▶
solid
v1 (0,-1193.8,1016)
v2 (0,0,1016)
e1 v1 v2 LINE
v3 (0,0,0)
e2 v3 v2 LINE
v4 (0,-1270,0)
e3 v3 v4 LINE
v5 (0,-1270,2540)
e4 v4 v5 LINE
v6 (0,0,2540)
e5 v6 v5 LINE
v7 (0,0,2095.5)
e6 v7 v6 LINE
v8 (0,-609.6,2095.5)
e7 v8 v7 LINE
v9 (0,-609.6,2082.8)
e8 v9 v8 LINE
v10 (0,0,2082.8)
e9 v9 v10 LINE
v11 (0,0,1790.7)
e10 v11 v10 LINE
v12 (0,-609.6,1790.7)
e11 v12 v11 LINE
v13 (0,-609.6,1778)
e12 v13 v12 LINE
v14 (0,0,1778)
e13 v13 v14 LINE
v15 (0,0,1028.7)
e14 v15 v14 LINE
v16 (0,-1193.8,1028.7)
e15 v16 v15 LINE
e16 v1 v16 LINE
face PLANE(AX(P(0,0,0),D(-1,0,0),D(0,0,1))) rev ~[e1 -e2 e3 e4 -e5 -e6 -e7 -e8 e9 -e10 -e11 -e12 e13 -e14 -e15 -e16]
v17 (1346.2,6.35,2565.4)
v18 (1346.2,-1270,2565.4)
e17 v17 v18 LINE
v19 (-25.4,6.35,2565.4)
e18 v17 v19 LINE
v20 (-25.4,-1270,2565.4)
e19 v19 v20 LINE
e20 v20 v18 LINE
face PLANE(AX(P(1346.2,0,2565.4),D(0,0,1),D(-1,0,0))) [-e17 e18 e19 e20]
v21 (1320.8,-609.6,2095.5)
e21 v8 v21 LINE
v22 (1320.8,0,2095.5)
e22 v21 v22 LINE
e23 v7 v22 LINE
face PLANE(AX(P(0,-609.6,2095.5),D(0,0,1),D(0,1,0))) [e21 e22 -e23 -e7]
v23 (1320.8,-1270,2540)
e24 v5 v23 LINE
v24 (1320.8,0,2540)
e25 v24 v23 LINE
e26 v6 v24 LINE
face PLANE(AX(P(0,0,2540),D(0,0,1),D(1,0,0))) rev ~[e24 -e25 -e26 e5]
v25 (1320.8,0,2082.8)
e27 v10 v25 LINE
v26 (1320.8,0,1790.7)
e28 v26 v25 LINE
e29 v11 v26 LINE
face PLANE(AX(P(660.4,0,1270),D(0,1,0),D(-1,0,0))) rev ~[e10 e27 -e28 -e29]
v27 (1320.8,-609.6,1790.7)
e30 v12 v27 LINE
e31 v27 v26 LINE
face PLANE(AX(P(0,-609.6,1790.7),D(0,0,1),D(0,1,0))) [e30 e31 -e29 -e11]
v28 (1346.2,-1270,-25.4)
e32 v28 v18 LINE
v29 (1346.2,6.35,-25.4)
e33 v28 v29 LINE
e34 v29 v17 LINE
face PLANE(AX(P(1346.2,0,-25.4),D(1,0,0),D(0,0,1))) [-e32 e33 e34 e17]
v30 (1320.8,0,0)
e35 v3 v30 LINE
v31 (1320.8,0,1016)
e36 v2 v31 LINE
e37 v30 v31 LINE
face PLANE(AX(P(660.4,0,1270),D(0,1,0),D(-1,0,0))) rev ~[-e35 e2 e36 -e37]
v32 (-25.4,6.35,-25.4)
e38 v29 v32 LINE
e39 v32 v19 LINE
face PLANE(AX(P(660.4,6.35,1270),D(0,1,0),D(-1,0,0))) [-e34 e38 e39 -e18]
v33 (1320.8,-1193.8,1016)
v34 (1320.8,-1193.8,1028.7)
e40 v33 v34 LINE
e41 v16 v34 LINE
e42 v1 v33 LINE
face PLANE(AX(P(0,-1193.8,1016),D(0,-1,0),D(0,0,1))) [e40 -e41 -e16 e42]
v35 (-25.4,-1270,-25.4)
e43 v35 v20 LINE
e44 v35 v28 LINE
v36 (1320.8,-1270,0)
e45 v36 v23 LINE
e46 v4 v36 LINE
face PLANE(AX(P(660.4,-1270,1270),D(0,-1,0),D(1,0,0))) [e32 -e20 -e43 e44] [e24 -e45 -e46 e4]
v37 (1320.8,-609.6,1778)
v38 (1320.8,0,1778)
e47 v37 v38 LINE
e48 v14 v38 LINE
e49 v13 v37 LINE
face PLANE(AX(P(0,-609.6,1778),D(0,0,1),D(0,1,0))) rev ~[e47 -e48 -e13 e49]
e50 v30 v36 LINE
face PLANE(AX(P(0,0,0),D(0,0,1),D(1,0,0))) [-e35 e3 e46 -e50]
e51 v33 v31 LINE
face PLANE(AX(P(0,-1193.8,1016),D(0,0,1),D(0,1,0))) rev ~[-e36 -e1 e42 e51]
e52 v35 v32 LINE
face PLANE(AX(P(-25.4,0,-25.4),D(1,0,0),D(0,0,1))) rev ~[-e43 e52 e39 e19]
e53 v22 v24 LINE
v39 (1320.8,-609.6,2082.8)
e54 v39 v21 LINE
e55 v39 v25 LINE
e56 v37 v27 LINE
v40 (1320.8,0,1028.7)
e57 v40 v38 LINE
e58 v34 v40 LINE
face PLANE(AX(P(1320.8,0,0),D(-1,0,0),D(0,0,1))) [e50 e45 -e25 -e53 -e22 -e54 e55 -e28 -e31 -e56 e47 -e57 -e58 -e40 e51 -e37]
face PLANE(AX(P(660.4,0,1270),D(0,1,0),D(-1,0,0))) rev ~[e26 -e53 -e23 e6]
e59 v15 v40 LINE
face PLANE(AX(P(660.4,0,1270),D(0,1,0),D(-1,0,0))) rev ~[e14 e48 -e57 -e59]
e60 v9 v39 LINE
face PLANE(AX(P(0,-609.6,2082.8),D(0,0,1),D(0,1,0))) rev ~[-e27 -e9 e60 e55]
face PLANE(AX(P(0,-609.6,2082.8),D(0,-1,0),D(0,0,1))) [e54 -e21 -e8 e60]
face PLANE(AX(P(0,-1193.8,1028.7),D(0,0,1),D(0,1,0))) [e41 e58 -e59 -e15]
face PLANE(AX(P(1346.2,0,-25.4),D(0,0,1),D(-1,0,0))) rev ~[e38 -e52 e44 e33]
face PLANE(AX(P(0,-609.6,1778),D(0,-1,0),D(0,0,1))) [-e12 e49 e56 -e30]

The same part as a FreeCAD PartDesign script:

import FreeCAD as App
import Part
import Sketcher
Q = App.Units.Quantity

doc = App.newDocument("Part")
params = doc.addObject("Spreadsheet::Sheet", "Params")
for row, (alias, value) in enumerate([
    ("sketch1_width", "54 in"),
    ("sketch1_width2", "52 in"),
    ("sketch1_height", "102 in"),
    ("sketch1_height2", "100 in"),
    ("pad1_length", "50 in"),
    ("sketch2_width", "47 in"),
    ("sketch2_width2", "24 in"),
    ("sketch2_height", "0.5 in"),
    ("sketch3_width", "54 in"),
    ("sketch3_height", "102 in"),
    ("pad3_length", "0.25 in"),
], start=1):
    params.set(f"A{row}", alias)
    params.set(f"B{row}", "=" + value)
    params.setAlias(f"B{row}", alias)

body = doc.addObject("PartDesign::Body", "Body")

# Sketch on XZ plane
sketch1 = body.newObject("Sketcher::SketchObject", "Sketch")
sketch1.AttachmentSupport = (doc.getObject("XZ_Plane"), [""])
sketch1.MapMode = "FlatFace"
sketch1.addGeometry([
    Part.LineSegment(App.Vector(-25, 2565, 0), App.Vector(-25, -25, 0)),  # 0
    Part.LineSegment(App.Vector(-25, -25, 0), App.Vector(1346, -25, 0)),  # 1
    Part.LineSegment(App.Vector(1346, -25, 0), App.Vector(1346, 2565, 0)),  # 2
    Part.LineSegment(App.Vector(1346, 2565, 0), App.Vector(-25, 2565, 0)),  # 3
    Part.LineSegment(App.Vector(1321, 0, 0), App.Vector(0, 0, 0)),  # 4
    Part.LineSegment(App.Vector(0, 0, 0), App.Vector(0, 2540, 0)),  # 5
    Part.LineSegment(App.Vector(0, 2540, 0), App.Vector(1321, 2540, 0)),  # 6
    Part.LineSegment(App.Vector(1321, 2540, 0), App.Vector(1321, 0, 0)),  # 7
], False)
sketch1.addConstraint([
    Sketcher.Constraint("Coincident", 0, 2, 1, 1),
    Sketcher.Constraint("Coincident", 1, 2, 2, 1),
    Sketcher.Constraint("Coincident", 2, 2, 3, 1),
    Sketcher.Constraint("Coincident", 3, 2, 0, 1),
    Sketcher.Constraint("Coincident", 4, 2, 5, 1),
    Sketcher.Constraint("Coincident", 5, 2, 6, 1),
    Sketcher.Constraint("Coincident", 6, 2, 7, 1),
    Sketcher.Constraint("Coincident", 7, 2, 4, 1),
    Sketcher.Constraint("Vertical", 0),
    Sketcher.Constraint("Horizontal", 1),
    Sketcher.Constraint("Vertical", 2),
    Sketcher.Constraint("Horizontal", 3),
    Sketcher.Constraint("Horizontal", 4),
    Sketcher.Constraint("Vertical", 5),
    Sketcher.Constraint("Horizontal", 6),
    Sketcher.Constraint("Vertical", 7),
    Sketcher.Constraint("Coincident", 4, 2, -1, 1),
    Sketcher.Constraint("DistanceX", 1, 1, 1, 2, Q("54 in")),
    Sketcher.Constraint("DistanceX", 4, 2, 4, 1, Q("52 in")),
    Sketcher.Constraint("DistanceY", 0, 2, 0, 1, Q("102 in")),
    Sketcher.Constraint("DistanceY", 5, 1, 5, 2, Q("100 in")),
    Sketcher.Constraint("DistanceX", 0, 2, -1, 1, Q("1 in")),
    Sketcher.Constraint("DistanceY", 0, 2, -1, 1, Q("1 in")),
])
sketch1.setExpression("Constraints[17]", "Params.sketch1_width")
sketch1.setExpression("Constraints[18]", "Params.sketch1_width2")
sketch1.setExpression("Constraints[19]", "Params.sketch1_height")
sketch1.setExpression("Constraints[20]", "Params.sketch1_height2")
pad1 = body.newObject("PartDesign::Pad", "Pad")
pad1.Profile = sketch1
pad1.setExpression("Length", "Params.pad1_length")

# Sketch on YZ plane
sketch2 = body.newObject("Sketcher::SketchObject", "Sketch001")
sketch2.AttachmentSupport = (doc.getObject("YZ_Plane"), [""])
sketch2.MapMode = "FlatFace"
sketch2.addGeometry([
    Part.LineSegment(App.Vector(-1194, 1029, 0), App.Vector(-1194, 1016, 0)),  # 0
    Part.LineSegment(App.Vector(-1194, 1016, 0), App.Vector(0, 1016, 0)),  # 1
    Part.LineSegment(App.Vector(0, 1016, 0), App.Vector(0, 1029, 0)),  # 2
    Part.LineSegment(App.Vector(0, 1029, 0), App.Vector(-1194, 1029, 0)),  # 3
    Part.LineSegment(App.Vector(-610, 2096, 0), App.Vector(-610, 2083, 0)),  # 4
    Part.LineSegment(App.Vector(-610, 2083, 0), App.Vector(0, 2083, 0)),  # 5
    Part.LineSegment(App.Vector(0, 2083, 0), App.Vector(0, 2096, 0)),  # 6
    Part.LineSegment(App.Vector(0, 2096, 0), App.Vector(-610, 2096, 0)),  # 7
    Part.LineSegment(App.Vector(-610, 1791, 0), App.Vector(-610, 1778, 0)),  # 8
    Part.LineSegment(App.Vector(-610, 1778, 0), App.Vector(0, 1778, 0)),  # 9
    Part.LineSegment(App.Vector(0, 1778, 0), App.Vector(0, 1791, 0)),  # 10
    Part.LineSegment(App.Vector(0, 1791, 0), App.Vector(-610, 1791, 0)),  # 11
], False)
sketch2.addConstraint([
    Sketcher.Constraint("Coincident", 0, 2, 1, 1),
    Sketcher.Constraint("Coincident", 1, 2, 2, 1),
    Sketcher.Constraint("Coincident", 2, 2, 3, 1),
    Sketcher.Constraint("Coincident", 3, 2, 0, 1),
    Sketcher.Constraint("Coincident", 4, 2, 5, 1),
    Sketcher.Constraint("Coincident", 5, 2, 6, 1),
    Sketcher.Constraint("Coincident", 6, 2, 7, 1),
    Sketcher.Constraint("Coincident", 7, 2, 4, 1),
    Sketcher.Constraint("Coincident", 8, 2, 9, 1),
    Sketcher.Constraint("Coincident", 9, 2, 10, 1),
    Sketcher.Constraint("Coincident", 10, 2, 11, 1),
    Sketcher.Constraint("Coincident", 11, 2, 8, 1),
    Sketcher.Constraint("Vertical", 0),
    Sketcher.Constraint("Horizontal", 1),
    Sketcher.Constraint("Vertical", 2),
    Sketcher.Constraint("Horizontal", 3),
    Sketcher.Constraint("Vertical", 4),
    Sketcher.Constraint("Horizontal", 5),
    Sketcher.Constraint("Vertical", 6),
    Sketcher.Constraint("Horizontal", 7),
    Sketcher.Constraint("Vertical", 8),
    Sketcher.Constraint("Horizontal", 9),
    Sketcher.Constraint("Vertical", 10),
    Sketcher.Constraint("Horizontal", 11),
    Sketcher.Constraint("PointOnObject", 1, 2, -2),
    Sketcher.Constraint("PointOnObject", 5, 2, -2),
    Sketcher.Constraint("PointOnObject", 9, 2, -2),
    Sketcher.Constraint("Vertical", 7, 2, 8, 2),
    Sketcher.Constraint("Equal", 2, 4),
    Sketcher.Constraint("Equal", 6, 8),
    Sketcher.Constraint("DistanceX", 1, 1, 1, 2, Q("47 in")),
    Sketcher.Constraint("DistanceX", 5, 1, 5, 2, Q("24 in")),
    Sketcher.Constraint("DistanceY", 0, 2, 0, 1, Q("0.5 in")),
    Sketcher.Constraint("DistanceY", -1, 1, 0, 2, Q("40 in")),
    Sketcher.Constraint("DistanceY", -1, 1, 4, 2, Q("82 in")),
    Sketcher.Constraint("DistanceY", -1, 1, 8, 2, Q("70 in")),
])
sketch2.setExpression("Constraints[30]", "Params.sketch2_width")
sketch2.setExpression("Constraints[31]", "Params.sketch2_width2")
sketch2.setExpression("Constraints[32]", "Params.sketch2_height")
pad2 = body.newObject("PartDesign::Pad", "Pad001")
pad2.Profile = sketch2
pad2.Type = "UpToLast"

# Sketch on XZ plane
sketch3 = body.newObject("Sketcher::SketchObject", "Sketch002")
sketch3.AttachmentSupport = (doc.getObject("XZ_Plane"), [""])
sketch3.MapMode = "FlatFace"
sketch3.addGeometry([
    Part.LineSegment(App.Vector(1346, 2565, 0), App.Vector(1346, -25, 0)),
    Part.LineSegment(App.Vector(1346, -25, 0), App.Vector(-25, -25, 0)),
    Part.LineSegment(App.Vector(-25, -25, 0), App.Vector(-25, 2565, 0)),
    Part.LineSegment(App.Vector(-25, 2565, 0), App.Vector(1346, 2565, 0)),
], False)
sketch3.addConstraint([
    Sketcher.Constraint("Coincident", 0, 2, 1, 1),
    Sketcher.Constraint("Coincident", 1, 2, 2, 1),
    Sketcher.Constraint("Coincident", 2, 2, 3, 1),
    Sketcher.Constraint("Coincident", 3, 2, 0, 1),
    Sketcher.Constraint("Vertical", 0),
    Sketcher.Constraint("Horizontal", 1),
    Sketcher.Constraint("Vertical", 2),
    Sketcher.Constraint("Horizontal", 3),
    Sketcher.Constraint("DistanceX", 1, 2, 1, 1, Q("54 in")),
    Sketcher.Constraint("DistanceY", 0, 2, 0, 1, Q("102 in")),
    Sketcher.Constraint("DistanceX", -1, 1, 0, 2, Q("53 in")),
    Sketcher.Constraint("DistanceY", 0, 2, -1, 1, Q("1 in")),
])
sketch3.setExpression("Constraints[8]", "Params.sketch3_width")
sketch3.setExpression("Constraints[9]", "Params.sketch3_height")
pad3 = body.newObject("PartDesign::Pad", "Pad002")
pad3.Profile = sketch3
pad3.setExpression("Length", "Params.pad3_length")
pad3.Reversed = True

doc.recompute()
◀
## WHAT THE EXERCISE ASKS
Using the data above, reproduce exactly the lines from the line that contains "e57 v40 v38 LINE" through the line that contains "The same part", including both.

## OUTPUT
e57 v40 v38 LINE
e58 v34 v40 LINE
face PLANE(AX(P(1320.8,0,0),D(-1,0,0),D(0,0,1))) [e50 e45 -e25 -e53 -e22 -e54 e55 -e28 -e31 -e56 e47 -e57 -e58 -e40 e51 -e37]
face PLANE(AX(P(660.4,0,1270),D(0,1,0),D(-1,0,0))) rev ~[e26 -e53 -e23 e6]
e59 v15 v40 LINE
face PLANE(AX(P(660.4,0,1270),D(0,1,0),D(-1,0,0))) rev ~[e14 e48 -e57 -e59]
e60 v9 v39 LINE
face PLANE(AX(P(0,-609.6,2082.8),D(0,0,1),D(0,1,0))) rev ~[-e27 -e9 e60 e55]
face PLANE(AX(P(0,-609.6,2082.8),D(0,-1,0),D(0,0,1))) [e54 -e21 -e8 e60]
face PLANE(AX(P(0,-1193.8,1028.7),D(0,0,1),D(0,1,0))) [e41 e58 -e59 -e15]
face PLANE(AX(P(1346.2,0,-25.4),D(0,0,1),D(-1,0,0))) rev ~[e38 -e52 e44 e33]
face PLANE(AX(P(0,-609.6,1778),D(0,-1,0),D(0,0,1))) [-e12 e49 e56 -e30]

The same part as a FreeCAD PartDesign script:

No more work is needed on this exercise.